[Start of section]
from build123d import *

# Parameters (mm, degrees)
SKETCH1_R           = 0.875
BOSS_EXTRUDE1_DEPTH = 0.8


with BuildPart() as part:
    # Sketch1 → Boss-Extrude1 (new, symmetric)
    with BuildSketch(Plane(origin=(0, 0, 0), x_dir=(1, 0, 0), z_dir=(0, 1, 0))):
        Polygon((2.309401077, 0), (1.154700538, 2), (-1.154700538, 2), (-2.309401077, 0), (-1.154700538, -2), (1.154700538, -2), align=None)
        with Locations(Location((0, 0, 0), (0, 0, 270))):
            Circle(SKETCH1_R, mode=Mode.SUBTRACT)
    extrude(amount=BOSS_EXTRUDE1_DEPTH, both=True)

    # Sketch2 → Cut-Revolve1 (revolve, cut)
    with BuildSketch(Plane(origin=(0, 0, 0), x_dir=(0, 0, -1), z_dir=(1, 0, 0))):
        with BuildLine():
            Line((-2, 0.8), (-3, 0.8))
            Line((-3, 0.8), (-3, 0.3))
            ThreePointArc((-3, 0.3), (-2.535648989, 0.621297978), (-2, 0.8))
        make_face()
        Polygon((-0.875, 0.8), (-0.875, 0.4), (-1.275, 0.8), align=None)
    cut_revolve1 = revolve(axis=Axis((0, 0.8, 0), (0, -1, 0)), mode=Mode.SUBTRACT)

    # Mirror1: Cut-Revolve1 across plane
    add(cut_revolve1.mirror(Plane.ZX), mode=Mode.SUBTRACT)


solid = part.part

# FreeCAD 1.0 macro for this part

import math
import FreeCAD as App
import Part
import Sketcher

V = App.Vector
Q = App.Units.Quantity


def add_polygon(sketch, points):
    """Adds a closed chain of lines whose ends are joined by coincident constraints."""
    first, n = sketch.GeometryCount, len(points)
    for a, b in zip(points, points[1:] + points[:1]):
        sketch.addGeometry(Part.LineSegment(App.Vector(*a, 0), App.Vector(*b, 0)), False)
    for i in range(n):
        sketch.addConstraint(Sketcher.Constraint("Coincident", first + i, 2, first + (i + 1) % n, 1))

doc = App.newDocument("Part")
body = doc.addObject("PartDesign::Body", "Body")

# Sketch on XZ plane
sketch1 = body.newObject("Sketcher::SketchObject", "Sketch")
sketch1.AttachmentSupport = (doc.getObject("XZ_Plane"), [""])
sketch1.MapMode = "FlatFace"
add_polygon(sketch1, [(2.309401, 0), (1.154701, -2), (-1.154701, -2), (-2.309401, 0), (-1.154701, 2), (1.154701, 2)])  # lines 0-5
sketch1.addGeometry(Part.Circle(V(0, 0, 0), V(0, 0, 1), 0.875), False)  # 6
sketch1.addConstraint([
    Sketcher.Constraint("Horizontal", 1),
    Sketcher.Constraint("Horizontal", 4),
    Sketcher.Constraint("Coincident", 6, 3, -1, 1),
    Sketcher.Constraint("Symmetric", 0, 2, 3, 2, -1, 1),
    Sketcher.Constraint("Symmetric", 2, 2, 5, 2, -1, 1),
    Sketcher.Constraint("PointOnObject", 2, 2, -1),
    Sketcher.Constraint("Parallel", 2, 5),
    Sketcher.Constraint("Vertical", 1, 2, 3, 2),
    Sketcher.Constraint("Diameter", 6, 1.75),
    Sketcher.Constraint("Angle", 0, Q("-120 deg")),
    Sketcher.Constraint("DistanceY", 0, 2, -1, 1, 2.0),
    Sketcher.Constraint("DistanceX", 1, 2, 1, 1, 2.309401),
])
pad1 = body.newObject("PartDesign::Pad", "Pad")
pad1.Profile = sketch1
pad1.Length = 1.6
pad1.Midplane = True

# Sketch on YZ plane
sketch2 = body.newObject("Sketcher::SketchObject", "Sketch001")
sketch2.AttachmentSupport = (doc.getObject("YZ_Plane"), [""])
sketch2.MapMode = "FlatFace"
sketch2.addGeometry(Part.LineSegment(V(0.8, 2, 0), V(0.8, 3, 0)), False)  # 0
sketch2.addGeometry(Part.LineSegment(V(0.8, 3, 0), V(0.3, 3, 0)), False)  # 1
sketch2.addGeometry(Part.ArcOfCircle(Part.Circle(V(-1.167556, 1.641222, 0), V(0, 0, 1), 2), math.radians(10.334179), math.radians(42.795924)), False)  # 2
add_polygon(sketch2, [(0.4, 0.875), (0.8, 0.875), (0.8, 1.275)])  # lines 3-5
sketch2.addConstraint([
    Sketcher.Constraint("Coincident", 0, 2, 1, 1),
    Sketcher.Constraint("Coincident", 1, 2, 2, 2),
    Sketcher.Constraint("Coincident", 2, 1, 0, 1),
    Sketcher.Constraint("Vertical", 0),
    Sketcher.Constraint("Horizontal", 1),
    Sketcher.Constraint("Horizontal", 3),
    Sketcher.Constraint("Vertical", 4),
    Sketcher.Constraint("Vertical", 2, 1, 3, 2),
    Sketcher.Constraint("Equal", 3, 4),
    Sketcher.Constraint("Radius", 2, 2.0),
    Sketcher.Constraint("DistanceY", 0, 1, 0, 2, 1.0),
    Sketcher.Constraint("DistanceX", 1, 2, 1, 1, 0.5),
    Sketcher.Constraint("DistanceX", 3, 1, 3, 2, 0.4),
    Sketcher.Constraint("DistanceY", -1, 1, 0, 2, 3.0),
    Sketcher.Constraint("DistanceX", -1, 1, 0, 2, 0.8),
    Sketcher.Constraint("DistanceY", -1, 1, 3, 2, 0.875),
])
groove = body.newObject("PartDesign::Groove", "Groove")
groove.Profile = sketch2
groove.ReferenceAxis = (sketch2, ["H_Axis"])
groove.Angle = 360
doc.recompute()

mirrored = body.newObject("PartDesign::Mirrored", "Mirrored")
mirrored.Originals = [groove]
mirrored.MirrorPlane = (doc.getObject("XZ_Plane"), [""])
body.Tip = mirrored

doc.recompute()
[End of section]
[Problem to work on]: In the listing, find every line with the word "align" and return it.

[Your response]:
        Polygon((2.309401077, 0), (1.154700538, 2), (-1.154700538, 2), (-2.309401077, 0), (-1.154700538, -2), (1.154700538, -2), align=None)
        Polygon((-0.875, 0.8), (-0.875, 0.4), (-1.275, 0.8), align=None)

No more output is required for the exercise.